RECORDS FOR THE TASK Start Marker
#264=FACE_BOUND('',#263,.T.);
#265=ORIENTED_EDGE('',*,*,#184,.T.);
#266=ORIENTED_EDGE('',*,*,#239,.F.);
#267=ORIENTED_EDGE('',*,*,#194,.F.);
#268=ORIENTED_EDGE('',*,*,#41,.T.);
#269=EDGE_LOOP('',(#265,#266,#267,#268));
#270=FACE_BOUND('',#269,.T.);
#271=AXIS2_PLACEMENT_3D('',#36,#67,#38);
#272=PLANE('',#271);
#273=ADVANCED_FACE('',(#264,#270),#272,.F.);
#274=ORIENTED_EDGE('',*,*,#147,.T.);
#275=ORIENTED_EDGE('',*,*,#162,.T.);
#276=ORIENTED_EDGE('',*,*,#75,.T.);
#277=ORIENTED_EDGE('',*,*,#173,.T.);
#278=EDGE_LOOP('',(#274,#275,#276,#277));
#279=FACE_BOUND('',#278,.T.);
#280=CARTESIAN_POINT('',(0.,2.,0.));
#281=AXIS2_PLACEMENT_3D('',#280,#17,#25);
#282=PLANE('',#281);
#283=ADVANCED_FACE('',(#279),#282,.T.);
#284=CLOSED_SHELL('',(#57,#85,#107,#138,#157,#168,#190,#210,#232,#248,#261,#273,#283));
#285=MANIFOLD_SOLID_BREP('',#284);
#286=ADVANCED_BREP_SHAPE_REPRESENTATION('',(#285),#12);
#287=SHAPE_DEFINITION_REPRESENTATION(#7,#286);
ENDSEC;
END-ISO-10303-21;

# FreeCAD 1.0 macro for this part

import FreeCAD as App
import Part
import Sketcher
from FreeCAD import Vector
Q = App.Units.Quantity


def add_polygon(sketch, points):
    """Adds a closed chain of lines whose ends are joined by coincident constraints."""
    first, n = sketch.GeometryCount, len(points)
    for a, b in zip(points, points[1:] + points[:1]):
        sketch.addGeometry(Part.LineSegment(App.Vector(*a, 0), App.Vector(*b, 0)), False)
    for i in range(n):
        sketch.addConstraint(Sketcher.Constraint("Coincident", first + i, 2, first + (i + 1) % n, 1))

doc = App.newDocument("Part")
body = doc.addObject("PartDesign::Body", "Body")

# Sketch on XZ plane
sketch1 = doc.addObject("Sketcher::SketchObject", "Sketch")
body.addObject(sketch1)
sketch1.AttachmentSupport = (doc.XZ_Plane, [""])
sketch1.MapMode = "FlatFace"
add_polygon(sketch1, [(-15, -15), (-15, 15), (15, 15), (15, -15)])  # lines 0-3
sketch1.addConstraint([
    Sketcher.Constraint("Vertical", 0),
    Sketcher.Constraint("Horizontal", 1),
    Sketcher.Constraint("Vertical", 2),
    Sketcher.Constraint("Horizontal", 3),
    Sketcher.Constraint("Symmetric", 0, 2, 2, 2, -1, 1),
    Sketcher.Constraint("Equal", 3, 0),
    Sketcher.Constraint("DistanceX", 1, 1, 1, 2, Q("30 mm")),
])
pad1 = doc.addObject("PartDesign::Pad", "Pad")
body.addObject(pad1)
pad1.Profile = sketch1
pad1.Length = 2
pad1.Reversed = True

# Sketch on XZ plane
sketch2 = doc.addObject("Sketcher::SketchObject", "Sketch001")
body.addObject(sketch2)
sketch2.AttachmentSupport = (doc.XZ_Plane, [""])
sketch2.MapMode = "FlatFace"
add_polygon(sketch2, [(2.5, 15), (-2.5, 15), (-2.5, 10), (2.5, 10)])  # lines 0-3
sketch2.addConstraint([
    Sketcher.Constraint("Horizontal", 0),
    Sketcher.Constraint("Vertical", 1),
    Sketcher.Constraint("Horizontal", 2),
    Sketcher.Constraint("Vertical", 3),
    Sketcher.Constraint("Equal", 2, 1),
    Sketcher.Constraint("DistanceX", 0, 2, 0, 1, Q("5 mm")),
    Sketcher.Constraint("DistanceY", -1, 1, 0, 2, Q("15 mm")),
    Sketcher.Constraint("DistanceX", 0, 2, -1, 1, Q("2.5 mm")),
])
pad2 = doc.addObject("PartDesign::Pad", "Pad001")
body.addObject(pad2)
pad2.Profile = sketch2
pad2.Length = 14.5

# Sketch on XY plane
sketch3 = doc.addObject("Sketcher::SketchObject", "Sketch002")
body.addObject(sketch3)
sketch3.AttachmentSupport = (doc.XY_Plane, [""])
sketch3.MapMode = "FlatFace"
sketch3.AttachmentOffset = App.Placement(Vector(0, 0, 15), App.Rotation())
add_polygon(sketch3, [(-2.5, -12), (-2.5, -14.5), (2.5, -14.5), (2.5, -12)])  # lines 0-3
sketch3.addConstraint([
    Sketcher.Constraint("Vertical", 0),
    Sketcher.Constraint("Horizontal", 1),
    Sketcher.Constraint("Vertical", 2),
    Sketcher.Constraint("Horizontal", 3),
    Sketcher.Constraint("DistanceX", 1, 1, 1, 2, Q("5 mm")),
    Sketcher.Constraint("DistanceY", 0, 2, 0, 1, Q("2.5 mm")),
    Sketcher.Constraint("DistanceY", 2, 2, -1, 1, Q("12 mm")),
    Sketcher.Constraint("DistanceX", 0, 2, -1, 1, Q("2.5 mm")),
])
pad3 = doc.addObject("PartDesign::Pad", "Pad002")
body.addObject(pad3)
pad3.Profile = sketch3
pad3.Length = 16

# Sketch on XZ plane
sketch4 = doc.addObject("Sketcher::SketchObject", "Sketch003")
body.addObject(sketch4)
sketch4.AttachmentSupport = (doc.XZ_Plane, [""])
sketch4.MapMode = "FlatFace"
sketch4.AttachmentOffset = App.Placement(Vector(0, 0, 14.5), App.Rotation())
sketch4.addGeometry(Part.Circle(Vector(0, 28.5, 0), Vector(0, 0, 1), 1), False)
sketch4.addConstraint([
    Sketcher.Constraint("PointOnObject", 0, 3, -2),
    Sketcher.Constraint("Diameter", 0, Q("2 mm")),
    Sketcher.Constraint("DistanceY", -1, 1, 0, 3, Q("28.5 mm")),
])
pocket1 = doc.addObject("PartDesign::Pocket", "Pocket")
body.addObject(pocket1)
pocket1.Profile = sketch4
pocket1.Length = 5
RECORDS FOR THE TASK End Marker
Each line that contains the string "PartDesign" should be copied from the data above.

body = doc.addObject("PartDesign::Body", "Body")
pad1 = doc.addObject("PartDesign::Pad", "Pad")
pad2 = doc.addObject("PartDesign::Pad", "Pad001")
pad3 = doc.addObject("PartDesign::Pad", "Pad002")
pocket1 = doc.addObject("PartDesign::Pocket", "Pocket")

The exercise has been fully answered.